* DIRECTIONS *
The entries below contain a line with "#110=ORIENTED_EDGE('',*,*,#109,.F.);" and a line with "#153=ADVANCED_FACE('',(#148,#151),#152,.F.);". Retype exactly everything from the first down to the second, both included, and nothing else.

*** RECORDS SHOWN Section Begins ***

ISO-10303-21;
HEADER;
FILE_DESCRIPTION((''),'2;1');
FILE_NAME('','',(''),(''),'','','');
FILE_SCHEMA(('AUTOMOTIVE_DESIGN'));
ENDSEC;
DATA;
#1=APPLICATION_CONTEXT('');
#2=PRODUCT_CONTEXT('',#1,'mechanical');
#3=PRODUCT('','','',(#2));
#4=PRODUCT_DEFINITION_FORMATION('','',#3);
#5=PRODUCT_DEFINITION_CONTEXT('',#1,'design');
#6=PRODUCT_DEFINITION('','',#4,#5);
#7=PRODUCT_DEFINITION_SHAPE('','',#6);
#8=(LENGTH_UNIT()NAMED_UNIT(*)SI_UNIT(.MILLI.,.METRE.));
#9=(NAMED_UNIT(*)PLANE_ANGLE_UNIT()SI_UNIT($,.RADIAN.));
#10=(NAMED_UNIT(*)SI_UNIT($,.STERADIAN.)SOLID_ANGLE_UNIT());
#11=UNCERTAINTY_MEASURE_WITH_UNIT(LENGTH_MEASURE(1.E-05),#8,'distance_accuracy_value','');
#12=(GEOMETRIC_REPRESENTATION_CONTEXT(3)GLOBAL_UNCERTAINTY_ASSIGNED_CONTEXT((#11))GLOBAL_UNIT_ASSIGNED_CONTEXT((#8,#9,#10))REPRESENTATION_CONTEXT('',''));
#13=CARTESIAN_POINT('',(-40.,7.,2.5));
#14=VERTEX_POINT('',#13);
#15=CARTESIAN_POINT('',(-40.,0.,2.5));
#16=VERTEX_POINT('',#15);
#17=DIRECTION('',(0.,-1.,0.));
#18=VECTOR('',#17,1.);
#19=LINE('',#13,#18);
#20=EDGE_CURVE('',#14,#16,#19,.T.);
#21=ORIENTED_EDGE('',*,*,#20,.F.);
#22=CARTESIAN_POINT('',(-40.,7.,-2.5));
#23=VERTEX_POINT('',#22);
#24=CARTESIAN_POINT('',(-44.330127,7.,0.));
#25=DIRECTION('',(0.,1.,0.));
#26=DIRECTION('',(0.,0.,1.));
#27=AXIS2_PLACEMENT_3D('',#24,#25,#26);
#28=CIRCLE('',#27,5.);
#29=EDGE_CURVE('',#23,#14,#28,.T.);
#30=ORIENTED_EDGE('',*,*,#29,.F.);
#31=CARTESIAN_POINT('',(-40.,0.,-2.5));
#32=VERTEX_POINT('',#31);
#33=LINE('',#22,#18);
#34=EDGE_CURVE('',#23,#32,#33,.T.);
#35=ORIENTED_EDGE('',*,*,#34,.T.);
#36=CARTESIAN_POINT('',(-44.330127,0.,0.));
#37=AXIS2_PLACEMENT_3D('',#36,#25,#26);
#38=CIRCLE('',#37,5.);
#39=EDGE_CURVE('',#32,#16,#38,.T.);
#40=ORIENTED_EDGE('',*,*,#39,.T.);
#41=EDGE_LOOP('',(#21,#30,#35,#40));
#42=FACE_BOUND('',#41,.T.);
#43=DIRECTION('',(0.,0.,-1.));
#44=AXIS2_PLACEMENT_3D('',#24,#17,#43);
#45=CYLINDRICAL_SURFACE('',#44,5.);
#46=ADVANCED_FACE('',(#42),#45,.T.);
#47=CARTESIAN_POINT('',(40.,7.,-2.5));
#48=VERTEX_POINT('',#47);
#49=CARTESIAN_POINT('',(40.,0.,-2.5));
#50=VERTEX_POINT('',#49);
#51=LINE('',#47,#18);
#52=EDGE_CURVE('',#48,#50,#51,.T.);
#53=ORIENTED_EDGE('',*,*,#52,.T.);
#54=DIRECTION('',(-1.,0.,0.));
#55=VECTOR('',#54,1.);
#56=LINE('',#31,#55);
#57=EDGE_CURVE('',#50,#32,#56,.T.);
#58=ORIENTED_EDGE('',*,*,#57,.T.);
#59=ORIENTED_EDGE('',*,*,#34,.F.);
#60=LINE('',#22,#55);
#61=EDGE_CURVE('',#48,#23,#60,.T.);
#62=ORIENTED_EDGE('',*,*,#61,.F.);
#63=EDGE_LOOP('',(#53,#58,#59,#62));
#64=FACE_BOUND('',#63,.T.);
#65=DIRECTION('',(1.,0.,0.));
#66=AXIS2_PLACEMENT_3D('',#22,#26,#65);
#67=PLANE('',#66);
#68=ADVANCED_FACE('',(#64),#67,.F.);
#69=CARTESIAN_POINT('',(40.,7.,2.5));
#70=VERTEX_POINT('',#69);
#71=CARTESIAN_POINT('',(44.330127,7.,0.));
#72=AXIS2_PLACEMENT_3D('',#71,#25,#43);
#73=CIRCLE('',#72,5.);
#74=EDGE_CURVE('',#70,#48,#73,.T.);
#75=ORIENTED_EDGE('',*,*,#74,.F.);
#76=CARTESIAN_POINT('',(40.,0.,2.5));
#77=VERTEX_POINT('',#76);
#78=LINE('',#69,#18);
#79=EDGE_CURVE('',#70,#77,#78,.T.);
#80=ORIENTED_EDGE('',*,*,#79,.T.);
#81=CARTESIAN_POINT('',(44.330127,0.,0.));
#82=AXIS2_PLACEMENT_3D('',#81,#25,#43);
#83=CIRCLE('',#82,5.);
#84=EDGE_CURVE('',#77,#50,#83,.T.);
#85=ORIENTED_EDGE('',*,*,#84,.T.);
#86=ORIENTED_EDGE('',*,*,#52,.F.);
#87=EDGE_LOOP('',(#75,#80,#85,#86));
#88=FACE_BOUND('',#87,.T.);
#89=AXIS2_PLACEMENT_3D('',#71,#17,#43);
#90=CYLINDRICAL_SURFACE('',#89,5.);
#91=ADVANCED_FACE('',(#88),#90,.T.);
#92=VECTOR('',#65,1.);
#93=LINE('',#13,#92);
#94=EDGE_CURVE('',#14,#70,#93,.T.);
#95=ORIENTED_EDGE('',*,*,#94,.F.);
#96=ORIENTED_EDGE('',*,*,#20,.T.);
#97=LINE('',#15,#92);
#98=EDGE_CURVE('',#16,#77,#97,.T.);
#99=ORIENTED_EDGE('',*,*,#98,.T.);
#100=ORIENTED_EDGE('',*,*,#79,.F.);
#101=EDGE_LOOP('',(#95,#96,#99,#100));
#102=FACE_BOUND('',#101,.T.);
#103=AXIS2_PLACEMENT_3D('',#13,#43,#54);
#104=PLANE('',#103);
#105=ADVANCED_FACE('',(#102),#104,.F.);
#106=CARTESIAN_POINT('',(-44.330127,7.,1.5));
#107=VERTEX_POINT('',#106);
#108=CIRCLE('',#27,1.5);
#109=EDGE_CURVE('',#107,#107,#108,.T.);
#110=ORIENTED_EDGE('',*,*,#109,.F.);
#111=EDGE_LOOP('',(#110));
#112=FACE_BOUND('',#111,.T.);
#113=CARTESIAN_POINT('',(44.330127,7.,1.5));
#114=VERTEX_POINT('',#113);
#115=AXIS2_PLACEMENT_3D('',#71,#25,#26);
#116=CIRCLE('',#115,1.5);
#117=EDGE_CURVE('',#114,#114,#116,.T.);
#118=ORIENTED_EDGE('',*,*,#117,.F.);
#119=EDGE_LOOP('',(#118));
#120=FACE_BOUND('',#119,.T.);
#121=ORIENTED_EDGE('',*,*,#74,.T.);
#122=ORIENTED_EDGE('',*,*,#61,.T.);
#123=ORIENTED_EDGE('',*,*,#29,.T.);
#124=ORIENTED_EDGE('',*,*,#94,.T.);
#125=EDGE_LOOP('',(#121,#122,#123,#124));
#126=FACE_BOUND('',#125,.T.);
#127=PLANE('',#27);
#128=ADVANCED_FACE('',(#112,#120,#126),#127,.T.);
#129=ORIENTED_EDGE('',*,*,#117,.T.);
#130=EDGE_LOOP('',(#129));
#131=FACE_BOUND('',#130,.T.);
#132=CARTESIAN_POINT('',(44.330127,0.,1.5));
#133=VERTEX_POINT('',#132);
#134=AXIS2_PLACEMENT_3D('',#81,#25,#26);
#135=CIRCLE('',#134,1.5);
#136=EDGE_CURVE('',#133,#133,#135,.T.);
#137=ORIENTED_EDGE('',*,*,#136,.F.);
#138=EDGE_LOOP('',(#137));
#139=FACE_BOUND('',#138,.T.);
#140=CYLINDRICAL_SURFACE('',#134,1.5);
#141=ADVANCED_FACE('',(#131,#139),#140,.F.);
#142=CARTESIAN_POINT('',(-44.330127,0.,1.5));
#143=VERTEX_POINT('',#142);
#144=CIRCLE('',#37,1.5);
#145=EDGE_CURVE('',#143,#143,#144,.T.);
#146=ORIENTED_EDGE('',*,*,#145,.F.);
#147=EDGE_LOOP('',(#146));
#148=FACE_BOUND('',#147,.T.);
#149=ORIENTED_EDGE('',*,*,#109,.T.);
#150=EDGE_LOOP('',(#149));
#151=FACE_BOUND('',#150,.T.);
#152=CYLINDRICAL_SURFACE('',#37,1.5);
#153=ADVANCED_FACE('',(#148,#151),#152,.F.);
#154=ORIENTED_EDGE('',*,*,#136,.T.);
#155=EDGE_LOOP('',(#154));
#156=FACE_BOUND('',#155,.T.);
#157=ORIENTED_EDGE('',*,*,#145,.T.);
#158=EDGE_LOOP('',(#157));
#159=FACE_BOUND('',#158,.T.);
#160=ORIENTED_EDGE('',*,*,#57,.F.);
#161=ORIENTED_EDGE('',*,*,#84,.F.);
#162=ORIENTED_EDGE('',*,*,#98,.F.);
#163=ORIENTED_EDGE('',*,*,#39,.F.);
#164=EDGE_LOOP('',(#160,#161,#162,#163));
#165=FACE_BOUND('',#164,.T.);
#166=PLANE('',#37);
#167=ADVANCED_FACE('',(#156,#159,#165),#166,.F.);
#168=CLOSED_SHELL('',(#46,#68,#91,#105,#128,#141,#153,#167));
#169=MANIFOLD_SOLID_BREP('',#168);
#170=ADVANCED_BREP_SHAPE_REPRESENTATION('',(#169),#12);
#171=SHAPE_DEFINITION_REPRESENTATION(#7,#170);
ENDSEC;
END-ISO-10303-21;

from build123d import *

# Parameters (mm, degrees)
BOSS_EXTRUDE1_DEPTH = 7
SKETCH2_R           = 1.5
CUT_EXTRUDE1_DEPTH  = 51.074558727


with BuildPart() as part:
    # Sketch1 → Boss-Extrude1 (new body)
    with BuildSketch(Plane(origin=(0, 0, 0), x_dir=(1, 0, 0), z_dir=(0, 1, 0))):
        with BuildLine():
            Line((-40, 2.5), (40, 2.5))
            ThreePointArc((40, 2.5), (49.330127019, 0), (40, -2.5))
            Line((40, -2.5), (-40, -2.5))
            ThreePointArc((-40, -2.5), (-49.330127019, 0), (-40, 2.5))
        make_face()
    extrude(amount=BOSS_EXTRUDE1_DEPTH)

    # Sketch2 → Cut-Extrude1 (cut, through all)
    with BuildSketch(Plane(origin=(0, 7, 0), x_dir=(1, 0, 0), z_dir=(0, 1, 0))):
        with Locations(Location((-44.330127019, 0, 0), (0, 0, 270))):
            Circle(SKETCH2_R)
        with Locations(Location((44.330127019, 0, 0), (0, 0, 270))):
            Circle(SKETCH2_R)
    extrude(amount=-CUT_EXTRUDE1_DEPTH, mode=Mode.SUBTRACT)


solid = part.part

*** RECORDS SHOWN Section Ends ***

* ANSWER AREA *
#110=ORIENTED_EDGE('',*,*,#109,.F.);
#111=EDGE_LOOP('',(#110));
#112=FACE_BOUND('',#111,.T.);
#113=CARTESIAN_POINT('',(44.330127,7.,1.5));
#114=VERTEX_POINT('',#113);
#115=AXIS2_PLACEMENT_3D('',#71,#25,#26);
#116=CIRCLE('',#115,1.5);
#117=EDGE_CURVE('',#114,#114,#116,.T.);
#118=ORIENTED_EDGE('',*,*,#117,.F.);
#119=EDGE_LOOP('',(#118));
#120=FACE_BOUND('',#119,.T.);
#121=ORIENTED_EDGE('',*,*,#74,.T.);
#122=ORIENTED_EDGE('',*,*,#61,.T.);
#123=ORIENTED_EDGE('',*,*,#29,.T.);
#124=ORIENTED_EDGE('',*,*,#94,.T.);
#125=EDGE_LOOP('',(#121,#122,#123,#124));
#126=FACE_BOUND('',#125,.T.);
#127=PLANE('',#27);
#128=ADVANCED_FACE('',(#112,#120,#126),#127,.T.);
#129=ORIENTED_EDGE('',*,*,#117,.T.);
#130=EDGE_LOOP('',(#129));
#131=FACE_BOUND('',#130,.T.);
#132=CARTESIAN_POINT('',(44.330127,0.,1.5));
#133=VERTEX_POINT('',#132);
#134=AXIS2_PLACEMENT_3D('',#81,#25,#26);
#135=CIRCLE('',#134,1.5);
#136=EDGE_CURVE('',#133,#133,#135,.T.);
#137=ORIENTED_EDGE('',*,*,#136,.F.);
#138=EDGE_LOOP('',(#137));
#139=FACE_BOUND('',#138,.T.);
#140=CYLINDRICAL_SURFACE('',#134,1.5);
#141=ADVANCED_FACE('',(#131,#139),#140,.F.);
#142=CARTESIAN_POINT('',(-44.330127,0.,1.5));
#143=VERTEX_POINT('',#142);
#144=CIRCLE('',#37,1.5);
#145=EDGE_CURVE('',#143,#143,#144,.T.);
#146=ORIENTED_EDGE('',*,*,#145,.F.);
#147=EDGE_LOOP('',(#146));
#148=FACE_BOUND('',#147,.T.);
#149=ORIENTED_EDGE('',*,*,#109,.T.);
#150=EDGE_LOOP('',(#149));
#151=FACE_BOUND('',#150,.T.);
#152=CYLINDRICAL_SURFACE('',#37,1.5);
#153=ADVANCED_FACE('',(#148,#151),#152,.F.);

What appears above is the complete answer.